● SUPPLIED DATA
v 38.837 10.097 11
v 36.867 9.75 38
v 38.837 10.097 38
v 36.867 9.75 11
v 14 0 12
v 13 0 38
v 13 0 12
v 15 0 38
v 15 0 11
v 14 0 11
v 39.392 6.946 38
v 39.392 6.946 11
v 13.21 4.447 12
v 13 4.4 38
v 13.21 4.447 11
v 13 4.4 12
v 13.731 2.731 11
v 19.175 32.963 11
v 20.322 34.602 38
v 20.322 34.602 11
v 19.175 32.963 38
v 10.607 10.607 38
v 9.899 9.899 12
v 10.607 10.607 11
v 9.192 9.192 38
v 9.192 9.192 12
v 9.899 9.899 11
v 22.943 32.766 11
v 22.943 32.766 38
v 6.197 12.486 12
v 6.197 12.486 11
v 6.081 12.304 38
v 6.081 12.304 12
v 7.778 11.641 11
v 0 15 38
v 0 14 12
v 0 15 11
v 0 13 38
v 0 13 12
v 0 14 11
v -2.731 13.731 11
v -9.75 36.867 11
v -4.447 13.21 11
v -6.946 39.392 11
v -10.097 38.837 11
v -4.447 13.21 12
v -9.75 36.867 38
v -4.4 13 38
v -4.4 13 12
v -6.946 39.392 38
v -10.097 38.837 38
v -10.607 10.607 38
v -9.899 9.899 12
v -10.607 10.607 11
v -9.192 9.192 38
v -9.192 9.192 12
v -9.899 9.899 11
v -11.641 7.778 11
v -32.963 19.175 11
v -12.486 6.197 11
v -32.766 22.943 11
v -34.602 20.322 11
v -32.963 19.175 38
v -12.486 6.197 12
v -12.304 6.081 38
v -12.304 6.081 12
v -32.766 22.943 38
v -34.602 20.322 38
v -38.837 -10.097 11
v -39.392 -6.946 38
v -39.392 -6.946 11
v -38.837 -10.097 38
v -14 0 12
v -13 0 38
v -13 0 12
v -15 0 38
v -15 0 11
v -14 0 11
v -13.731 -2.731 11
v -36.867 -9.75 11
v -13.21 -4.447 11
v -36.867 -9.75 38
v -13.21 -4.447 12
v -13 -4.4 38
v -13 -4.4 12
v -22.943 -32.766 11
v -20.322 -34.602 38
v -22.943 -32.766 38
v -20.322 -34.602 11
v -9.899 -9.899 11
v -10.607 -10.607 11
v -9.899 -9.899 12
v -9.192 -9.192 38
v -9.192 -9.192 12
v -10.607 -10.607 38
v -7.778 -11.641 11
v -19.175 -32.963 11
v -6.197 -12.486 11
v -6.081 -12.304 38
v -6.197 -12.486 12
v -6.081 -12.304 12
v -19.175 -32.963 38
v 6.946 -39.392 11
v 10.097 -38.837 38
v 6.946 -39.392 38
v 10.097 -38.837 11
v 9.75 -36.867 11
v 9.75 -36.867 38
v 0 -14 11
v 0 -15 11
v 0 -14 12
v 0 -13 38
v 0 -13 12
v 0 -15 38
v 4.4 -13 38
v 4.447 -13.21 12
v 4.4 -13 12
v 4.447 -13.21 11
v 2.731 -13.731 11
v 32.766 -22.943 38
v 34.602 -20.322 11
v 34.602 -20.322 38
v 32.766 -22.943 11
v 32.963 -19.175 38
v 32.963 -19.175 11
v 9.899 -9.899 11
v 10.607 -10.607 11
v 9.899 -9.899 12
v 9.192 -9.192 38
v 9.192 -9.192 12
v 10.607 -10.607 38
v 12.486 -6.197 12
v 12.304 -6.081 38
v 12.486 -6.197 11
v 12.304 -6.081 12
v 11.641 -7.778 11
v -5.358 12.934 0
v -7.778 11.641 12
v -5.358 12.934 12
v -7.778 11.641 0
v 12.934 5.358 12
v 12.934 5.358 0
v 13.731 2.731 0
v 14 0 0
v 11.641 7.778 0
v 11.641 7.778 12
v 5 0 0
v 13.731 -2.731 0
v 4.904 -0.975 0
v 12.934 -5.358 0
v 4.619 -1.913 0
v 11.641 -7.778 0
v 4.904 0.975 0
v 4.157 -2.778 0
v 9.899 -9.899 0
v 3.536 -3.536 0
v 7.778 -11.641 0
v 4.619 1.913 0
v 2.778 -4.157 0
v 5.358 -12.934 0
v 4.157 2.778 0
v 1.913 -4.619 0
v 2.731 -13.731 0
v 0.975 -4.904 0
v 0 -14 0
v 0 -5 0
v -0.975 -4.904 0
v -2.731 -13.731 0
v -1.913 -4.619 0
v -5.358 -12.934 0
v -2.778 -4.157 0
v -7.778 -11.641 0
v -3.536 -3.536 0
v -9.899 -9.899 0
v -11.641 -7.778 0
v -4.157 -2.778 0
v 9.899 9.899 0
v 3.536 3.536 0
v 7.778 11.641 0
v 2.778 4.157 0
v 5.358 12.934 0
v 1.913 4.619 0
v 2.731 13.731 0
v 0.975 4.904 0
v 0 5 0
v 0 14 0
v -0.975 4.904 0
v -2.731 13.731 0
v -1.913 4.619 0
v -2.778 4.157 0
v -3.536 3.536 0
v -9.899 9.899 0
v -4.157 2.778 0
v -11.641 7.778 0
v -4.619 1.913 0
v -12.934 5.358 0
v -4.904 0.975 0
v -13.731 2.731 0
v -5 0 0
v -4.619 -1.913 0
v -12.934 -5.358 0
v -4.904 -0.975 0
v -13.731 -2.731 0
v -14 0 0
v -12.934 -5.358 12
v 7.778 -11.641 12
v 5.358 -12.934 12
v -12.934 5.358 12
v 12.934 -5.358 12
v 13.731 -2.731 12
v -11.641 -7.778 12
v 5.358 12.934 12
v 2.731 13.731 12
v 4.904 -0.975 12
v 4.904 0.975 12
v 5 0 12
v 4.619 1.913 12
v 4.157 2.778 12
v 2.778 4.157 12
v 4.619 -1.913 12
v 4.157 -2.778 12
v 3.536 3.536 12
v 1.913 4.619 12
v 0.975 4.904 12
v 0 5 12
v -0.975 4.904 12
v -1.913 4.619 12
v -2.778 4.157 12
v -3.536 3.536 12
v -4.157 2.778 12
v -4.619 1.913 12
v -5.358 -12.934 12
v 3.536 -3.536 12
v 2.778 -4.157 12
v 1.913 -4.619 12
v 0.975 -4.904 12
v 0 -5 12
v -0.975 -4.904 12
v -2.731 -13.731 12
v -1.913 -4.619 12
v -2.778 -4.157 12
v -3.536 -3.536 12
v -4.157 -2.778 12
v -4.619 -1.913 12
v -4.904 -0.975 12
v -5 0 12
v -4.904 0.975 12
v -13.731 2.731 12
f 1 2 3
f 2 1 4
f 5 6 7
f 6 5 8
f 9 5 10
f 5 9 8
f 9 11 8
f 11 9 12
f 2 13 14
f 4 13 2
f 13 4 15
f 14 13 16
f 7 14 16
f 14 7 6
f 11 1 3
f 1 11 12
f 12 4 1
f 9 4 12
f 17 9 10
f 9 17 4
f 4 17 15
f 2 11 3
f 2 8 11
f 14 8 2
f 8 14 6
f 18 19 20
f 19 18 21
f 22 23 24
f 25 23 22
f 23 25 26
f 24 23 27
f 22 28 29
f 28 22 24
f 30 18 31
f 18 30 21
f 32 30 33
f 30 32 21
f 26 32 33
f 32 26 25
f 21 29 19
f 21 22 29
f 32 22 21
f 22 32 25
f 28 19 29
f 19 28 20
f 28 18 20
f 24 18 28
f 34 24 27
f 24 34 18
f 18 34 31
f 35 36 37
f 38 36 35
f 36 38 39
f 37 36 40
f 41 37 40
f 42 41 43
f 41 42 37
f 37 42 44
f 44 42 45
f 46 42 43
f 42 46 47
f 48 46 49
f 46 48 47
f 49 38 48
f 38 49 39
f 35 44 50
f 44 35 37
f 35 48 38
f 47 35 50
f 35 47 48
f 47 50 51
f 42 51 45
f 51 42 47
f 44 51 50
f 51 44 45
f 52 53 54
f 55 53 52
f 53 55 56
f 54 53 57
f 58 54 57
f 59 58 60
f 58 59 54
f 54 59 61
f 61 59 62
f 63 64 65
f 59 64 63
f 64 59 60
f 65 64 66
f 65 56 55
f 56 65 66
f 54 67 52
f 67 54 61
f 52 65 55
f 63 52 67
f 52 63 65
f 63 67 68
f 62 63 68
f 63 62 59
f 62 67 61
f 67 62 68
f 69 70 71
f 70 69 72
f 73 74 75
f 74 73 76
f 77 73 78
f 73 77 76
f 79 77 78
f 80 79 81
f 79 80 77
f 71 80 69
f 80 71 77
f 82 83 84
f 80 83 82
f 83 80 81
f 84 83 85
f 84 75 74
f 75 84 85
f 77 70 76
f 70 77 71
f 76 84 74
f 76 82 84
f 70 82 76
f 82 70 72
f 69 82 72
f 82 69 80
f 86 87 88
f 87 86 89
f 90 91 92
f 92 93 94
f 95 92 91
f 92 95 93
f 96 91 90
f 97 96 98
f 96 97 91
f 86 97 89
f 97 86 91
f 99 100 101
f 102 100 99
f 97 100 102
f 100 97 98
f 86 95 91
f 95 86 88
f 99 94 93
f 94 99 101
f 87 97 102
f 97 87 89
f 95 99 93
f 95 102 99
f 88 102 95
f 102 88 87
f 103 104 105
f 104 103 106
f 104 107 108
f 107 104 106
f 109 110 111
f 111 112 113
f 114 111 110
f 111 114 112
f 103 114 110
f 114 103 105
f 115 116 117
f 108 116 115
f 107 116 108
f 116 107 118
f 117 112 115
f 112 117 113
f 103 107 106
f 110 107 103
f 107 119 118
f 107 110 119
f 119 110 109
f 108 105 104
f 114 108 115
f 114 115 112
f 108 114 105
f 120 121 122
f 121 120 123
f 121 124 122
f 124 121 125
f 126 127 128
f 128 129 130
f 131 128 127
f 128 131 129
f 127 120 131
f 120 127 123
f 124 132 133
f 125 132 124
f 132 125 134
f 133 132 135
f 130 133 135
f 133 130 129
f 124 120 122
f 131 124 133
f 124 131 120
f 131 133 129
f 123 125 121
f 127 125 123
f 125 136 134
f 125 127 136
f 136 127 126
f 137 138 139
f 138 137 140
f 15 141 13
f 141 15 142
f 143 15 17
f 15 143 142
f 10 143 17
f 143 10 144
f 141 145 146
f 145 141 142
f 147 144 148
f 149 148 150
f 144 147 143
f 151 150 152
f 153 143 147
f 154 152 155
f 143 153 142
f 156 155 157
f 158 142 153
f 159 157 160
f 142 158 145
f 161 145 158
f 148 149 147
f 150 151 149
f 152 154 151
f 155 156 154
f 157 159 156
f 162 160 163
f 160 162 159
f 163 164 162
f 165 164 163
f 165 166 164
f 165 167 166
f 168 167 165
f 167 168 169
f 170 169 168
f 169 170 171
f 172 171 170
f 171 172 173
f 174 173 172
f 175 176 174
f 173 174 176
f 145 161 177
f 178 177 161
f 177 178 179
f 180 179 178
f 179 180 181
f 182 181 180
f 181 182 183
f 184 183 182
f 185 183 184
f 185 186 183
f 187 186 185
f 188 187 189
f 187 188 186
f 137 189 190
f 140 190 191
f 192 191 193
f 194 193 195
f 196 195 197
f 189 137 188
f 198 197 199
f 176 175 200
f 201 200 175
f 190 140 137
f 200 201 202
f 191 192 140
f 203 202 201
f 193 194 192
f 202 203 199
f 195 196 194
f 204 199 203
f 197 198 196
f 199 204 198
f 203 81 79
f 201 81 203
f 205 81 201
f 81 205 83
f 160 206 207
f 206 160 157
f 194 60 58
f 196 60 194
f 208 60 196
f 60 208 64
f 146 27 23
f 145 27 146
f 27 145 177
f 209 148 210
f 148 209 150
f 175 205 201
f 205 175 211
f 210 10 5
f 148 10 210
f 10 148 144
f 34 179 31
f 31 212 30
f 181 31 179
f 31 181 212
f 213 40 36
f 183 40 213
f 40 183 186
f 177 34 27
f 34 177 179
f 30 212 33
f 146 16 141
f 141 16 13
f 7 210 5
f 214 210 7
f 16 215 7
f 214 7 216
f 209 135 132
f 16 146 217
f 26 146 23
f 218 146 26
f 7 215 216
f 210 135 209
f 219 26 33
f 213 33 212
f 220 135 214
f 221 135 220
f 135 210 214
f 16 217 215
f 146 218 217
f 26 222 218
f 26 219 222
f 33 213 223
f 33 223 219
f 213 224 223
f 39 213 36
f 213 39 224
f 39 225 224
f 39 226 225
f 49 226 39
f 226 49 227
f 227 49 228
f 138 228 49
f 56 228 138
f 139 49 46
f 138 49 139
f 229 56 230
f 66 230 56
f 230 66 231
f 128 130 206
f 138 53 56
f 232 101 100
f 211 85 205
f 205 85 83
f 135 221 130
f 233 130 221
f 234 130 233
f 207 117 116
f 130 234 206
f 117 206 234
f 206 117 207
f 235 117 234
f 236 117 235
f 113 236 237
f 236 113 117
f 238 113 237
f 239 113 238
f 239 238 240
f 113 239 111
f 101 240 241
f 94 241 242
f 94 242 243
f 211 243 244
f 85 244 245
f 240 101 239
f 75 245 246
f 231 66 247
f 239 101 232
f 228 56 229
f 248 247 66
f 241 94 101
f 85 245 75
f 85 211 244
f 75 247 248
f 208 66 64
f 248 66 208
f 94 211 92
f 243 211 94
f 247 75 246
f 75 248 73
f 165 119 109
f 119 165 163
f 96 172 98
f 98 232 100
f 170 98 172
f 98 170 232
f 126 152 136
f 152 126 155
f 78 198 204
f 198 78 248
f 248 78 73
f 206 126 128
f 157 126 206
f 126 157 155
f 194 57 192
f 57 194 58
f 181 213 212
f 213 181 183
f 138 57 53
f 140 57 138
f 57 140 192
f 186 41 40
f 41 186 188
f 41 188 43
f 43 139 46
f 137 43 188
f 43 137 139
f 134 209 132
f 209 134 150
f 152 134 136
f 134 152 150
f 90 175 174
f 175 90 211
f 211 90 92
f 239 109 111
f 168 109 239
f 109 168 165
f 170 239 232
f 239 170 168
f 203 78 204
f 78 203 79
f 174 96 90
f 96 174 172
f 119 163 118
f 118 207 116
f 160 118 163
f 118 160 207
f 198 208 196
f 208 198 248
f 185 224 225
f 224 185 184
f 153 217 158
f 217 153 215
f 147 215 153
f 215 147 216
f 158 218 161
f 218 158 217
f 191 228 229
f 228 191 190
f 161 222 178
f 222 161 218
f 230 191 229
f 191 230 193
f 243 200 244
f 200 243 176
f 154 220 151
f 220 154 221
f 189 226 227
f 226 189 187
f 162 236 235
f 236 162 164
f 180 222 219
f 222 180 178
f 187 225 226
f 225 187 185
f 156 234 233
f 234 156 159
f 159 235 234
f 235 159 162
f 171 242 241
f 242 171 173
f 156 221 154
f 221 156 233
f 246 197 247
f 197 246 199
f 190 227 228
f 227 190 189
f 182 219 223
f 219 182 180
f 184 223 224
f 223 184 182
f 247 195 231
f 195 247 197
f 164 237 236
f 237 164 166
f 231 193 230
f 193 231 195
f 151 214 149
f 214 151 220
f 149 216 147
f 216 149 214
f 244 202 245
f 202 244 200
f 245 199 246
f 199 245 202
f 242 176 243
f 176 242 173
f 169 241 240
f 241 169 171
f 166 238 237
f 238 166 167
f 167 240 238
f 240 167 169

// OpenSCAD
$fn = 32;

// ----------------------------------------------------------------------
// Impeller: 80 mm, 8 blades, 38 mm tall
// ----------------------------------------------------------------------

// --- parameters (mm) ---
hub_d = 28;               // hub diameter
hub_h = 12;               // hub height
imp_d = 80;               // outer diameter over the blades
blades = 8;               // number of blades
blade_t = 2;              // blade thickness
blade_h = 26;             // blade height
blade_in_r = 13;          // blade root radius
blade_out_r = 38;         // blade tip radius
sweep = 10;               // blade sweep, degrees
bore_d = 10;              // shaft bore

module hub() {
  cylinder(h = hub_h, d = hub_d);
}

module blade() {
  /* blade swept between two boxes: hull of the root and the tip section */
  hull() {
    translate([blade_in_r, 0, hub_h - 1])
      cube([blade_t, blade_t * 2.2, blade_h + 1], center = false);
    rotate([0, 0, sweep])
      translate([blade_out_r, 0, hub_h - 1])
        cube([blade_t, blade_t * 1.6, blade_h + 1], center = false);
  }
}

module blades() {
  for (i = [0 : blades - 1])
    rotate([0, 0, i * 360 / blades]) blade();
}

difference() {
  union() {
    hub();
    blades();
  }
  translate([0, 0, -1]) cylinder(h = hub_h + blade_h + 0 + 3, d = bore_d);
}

● HOW TO COMPLETE THIS TASK
Please reproduce, exactly as they appear above, the lines from the line containing "v 4.4 -13 12" up to and including the line containing "v -4.904 0.975 12".

● EXERCISE OUTPUT
v 4.4 -13 12
v 4.447 -13.21 11
v 2.731 -13.731 11
v 32.766 -22.943 38
v 34.602 -20.322 11
v 34.602 -20.322 38
v 32.766 -22.943 11
v 32.963 -19.175 38
v 32.963 -19.175 11
v 9.899 -9.899 11
v 10.607 -10.607 11
v 9.899 -9.899 12
v 9.192 -9.192 38
v 9.192 -9.192 12
v 10.607 -10.607 38
v 12.486 -6.197 12
v 12.304 -6.081 38
v 12.486 -6.197 11
v 12.304 -6.081 12
v 11.641 -7.778 11
v -5.358 12.934 0
v -7.778 11.641 12
v -5.358 12.934 12
v -7.778 11.641 0
v 12.934 5.358 12
v 12.934 5.358 0
v 13.731 2.731 0
v 14 0 0
v 11.641 7.778 0
v 11.641 7.778 12
v 5 0 0
v 13.731 -2.731 0
v 4.904 -0.975 0
v 12.934 -5.358 0
v 4.619 -1.913 0
v 11.641 -7.778 0
v 4.904 0.975 0
v 4.157 -2.778 0
v 9.899 -9.899 0
v 3.536 -3.536 0
v 7.778 -11.641 0
v 4.619 1.913 0
v 2.778 -4.157 0
v 5.358 -12.934 0
v 4.157 2.778 0
v 1.913 -4.619 0
v 2.731 -13.731 0
v 0.975 -4.904 0
v 0 -14 0
v 0 -5 0
v -0.975 -4.904 0
v -2.731 -13.731 0
v -1.913 -4.619 0
v -5.358 -12.934 0
v -2.778 -4.157 0
v -7.778 -11.641 0
v -3.536 -3.536 0
v -9.899 -9.899 0
v -11.641 -7.778 0
v -4.157 -2.778 0
v 9.899 9.899 0
v 3.536 3.536 0
v 7.778 11.641 0
v 2.778 4.157 0
v 5.358 12.934 0
v 1.913 4.619 0
v 2.731 13.731 0
v 0.975 4.904 0
v 0 5 0
v 0 14 0
v -0.975 4.904 0
v -2.731 13.731 0
v -1.913 4.619 0
v -2.778 4.157 0
v -3.536 3.536 0
v -9.899 9.899 0
v -4.157 2.778 0
v -11.641 7.778 0
v -4.619 1.913 0
v -12.934 5.358 0
v -4.904 0.975 0
v -13.731 2.731 0
v -5 0 0
v -4.619 -1.913 0
v -12.934 -5.358 0
v -4.904 -0.975 0
v -13.731 -2.731 0
v -14 0 0
v -12.934 -5.358 12
v 7.778 -11.641 12
v 5.358 -12.934 12
v -12.934 5.358 12
v 12.934 -5.358 12
v 13.731 -2.731 12
v -11.641 -7.778 12
v 5.358 12.934 12
v 2.731 13.731 12
v 4.904 -0.975 12
v 4.904 0.975 12
v 5 0 12
v 4.619 1.913 12
v 4.157 2.778 12
v 2.778 4.157 12
v 4.619 -1.913 12
v 4.157 -2.778 12
v 3.536 3.536 12
v 1.913 4.619 12
v 0.975 4.904 12
v 0 5 12
v -0.975 4.904 12
v -1.913 4.619 12
v -2.778 4.157 12
v -3.536 3.536 12
v -4.157 2.778 12
v -4.619 1.913 12
v -5.358 -12.934 12
v 3.536 -3.536 12
v 2.778 -4.157 12
v 1.913 -4.619 12
v 0.975 -4.904 12
v 0 -5 12
v -0.975 -4.904 12
v -2.731 -13.731 12
v -1.913 -4.619 12
v -2.778 -4.157 12
v -3.536 -3.536 12
v -4.157 -2.778 12
v -4.619 -1.913 12
v -4.904 -0.975 12
v -5 0 12
v -4.904 0.975 12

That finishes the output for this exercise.